Question

Say I have an interface CrawlerInterface with implementation PageCrawler and FeedCrawler; if we happen to need both classes in a controller, how can that be achieved with constructor injection?

Previously we use a central ServiceProvider to register (i.e. App::bind) such classes, but in most cases we only have 1 implementation of an interface, so said problem hasn't occured to us yet.

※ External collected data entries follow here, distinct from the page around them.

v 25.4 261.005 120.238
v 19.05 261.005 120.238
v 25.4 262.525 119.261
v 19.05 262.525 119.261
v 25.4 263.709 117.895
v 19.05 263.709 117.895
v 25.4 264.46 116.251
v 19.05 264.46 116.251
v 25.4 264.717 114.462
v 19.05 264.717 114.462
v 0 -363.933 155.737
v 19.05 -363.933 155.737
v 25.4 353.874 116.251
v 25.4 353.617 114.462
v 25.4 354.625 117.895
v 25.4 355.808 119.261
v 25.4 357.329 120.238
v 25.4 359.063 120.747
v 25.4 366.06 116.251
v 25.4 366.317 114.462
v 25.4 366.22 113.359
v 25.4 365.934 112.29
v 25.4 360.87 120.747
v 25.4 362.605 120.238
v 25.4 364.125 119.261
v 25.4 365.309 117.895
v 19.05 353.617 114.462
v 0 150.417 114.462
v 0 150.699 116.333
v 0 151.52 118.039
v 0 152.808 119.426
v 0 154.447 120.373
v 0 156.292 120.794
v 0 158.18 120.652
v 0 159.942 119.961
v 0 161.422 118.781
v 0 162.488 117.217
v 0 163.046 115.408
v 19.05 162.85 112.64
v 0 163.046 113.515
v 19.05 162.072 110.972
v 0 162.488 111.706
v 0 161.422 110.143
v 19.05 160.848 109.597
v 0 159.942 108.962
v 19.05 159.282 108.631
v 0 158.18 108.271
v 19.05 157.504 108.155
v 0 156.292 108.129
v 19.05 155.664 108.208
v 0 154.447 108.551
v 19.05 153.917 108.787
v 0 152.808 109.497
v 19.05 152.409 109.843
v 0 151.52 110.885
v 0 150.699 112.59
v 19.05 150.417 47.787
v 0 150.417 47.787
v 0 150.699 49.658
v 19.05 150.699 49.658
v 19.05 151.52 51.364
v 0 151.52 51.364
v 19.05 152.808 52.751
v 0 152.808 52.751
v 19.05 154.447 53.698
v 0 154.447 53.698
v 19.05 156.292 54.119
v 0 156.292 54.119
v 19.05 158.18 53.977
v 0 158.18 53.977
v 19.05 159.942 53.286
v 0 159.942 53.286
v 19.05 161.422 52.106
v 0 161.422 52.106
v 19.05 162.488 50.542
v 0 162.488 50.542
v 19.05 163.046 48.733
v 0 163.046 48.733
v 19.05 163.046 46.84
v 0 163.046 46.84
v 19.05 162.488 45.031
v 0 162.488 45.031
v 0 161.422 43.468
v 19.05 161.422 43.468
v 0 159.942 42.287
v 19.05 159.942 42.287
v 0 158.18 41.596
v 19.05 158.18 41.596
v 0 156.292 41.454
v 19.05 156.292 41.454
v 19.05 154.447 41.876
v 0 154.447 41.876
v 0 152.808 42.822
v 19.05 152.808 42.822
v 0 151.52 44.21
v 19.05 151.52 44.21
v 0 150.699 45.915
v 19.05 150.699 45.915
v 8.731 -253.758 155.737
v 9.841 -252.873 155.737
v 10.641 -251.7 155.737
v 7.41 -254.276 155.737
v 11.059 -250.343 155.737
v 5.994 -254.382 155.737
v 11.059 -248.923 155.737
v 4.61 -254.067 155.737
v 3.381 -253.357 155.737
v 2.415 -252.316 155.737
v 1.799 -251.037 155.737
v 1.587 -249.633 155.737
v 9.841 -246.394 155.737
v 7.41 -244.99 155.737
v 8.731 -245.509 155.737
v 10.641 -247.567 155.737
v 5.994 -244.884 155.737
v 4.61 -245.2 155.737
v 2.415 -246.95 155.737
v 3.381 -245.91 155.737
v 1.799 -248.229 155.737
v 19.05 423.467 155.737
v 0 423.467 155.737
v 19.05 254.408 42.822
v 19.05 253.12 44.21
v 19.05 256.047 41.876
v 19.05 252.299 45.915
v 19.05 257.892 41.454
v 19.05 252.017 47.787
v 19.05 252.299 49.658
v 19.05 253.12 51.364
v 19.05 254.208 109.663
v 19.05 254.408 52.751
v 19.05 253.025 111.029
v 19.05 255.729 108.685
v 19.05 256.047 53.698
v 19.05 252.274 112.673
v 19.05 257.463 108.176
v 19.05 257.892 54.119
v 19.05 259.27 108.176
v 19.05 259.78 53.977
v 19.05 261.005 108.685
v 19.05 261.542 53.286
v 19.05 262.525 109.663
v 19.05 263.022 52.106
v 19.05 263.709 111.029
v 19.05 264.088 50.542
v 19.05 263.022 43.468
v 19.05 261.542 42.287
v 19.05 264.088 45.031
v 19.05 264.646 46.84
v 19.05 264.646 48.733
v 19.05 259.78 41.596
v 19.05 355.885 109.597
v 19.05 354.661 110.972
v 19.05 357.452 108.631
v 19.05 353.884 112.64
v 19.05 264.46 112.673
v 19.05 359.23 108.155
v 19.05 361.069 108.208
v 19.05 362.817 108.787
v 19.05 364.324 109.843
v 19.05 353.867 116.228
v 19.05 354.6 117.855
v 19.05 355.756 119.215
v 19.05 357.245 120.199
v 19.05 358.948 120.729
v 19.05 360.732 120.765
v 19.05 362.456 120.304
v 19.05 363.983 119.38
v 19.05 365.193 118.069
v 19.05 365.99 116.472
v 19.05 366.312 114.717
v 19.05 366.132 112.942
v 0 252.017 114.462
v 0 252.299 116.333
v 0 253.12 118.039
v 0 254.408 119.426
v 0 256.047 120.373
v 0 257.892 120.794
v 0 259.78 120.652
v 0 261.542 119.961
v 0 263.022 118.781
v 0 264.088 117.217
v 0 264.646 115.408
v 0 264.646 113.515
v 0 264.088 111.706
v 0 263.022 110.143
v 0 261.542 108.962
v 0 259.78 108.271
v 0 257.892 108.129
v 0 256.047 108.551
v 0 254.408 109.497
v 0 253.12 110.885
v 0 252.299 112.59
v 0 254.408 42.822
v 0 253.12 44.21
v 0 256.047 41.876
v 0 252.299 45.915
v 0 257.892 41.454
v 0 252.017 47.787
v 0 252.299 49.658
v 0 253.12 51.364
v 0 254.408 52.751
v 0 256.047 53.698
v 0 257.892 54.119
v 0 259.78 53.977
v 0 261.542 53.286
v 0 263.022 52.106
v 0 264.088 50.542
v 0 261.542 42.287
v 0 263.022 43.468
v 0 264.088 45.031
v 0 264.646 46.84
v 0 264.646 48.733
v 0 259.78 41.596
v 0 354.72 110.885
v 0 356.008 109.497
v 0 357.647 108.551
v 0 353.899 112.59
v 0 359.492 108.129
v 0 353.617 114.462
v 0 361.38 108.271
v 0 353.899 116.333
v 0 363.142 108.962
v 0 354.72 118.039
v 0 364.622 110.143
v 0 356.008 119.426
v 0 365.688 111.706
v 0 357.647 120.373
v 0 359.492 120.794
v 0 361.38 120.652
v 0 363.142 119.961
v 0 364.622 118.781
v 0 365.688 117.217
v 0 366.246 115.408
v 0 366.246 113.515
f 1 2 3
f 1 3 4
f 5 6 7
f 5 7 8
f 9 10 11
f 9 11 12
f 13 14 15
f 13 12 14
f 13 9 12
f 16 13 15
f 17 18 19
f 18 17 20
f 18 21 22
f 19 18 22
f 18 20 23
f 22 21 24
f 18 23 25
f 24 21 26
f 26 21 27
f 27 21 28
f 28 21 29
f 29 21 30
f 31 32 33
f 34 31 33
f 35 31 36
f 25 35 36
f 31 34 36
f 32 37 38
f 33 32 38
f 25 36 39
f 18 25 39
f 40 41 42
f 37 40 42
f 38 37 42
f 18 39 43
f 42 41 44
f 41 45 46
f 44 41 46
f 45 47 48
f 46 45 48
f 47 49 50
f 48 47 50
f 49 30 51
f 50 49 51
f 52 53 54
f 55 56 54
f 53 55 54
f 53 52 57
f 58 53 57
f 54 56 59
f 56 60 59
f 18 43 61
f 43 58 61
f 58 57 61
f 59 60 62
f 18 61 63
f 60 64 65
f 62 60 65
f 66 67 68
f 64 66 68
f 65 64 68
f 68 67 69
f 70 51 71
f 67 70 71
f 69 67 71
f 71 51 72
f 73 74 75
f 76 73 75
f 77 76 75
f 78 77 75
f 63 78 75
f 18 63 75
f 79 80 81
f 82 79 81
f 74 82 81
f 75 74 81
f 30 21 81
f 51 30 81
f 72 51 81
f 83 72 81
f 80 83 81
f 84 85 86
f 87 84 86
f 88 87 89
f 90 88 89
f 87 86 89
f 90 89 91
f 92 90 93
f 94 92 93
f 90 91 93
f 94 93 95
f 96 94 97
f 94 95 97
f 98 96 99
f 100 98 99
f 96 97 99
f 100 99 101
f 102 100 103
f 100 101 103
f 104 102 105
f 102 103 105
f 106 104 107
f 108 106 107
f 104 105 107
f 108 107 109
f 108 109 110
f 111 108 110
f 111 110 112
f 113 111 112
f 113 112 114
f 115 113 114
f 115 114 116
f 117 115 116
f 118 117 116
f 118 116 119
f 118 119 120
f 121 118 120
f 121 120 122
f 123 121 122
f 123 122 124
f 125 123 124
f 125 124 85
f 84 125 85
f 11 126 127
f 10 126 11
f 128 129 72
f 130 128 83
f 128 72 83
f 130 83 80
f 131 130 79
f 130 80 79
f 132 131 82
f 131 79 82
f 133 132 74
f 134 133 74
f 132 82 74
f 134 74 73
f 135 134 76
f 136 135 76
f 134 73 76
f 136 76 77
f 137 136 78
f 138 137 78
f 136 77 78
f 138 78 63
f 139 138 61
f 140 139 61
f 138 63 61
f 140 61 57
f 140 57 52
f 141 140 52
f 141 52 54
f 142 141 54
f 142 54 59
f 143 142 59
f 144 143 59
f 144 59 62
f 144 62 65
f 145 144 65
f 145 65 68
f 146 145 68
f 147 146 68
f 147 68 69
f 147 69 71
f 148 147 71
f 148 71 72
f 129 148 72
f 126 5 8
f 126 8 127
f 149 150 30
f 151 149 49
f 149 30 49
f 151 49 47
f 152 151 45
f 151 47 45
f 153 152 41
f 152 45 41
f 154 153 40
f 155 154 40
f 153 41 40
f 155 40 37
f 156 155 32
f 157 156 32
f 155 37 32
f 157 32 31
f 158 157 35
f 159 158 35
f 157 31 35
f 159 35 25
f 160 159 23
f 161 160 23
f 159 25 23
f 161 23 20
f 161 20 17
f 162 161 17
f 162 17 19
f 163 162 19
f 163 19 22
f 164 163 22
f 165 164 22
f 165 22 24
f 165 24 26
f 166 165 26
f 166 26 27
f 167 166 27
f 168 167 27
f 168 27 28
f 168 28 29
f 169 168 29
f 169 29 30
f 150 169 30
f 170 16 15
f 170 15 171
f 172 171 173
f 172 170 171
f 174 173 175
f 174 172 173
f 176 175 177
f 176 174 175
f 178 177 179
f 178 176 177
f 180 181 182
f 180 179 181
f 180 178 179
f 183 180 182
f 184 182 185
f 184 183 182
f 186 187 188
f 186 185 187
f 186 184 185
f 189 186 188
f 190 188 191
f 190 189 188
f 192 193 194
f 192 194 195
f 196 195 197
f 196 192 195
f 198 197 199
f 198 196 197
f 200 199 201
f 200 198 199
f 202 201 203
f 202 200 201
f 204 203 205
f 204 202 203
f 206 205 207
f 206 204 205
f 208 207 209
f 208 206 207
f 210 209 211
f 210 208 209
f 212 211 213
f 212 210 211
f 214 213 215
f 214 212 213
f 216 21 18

PS: I also wonder if this problem suggests we should split the controller.


Updates:

Thanks for the comments and response, to explain, said interface has only one public method: crawl($uri), and both page/feed crawler implements it as given a resource identifier, return resource.


My follow up question:

Say we are in a calculator scenario where Addition, Subtraction and Multiplication share the same interface Operation, which has only 1 public method run, at some point we will still encounter this problem right? How do we handle situation like these in general with ServiceProvider?

Was it helpful?

Solution

If each crawler exists for a different reason, you can use arbitrary names for your instances, for example:

App::bind('crawler.allArticles', 'PageCrawler');
App::bind('crawler.latestArticles', 'FeedCrawler');

For the controller:

App::bind('CrawlerController', function($app) {
    return new CrawlerController(
        App::make('crawler.allArticles'),
        App::make('crawler.latestArticles')
    );
});

Your controller code would then use each crawler differently:

public function showLatestArticlesAction()
    $latestArticles = $this->latestArticlesCrawler->crawl();
    // ...
}

public function showAllArticlesAction()
    $allArticles = $this->allArticlesCrawler->crawl();
    // ...
}

If you just have a list of crawlers where each is used for the same thing, you probably want to do something like:

App::bind('crawlers', function($app) {
    return [
        App::make('PageCrawler'),
        App::make('FeedCrawler'),
    ];
});

In your controller, you'll get a list of "crawlers" by configuring it like so:

App::bind('CrawlerController', function($app) {
    return new CrawlerController(App::make('crawlers'));
});

Your controller code could be something like this:

public function showArticlesAction()
    $allArticles = array();
    foreach ($this->crawlers as $crawler) {
        $allArticles = array_merge($allArticles, $this->crawler->crawl());
    }
    // ...
}

OTHER TIPS

Ok lets assume you have a CrawlerController

class CrawlerController extends BaseController 
{
    protected $crawler1;
    protected $crawler2;

    public function __construct(CrawlerInterface $c1, CrawlerInterface $c2)
    {
        $this->crawler1 = $c1;
        $this->crawler2 = $c2;
    }
}

an interface

interface CrawlerInterface{}

and concrete implementations of that intefrace called PageCrawler and FeedCrawler

class PageCrawler implements CrawlerInterface{}
class FeedCrawler implements CrawlerInterface{}

You would inject the dependencies by writing a service locator like

App::bind('CrawlerController', function($app) {
    $controller = new CrawlerController(
        new PageCrawler,
        new FeedCrawler
    );
    return $controller;
});

But as suggested by others you should rethink your logic, use it only if this kind of architecture is unavoidable

I think that the interface won't help you in this case.

By doing:

App::bind('CrawlerInterface', '<implementation>');

You need to choose one:

App::bind('CrawlerInterface', 'PageCrawler');

or

App::bind('CrawlerInterface', 'FeedCrawler');

And then Laravel will inject it:

class CrawlerController {

    public function __construct(CrawlerInterface $crawler)
    {
    }

}

To have both you have 2 options

-Have 2 different interfaces

-Inject the implementations directly:

class CrawlerController {

    public function __construct(PageCrawler $pageCrawler, FeedCrawler $feedCrawler)
    {
    }

}

But I also think that, if you need something like this, you better rethink your logic.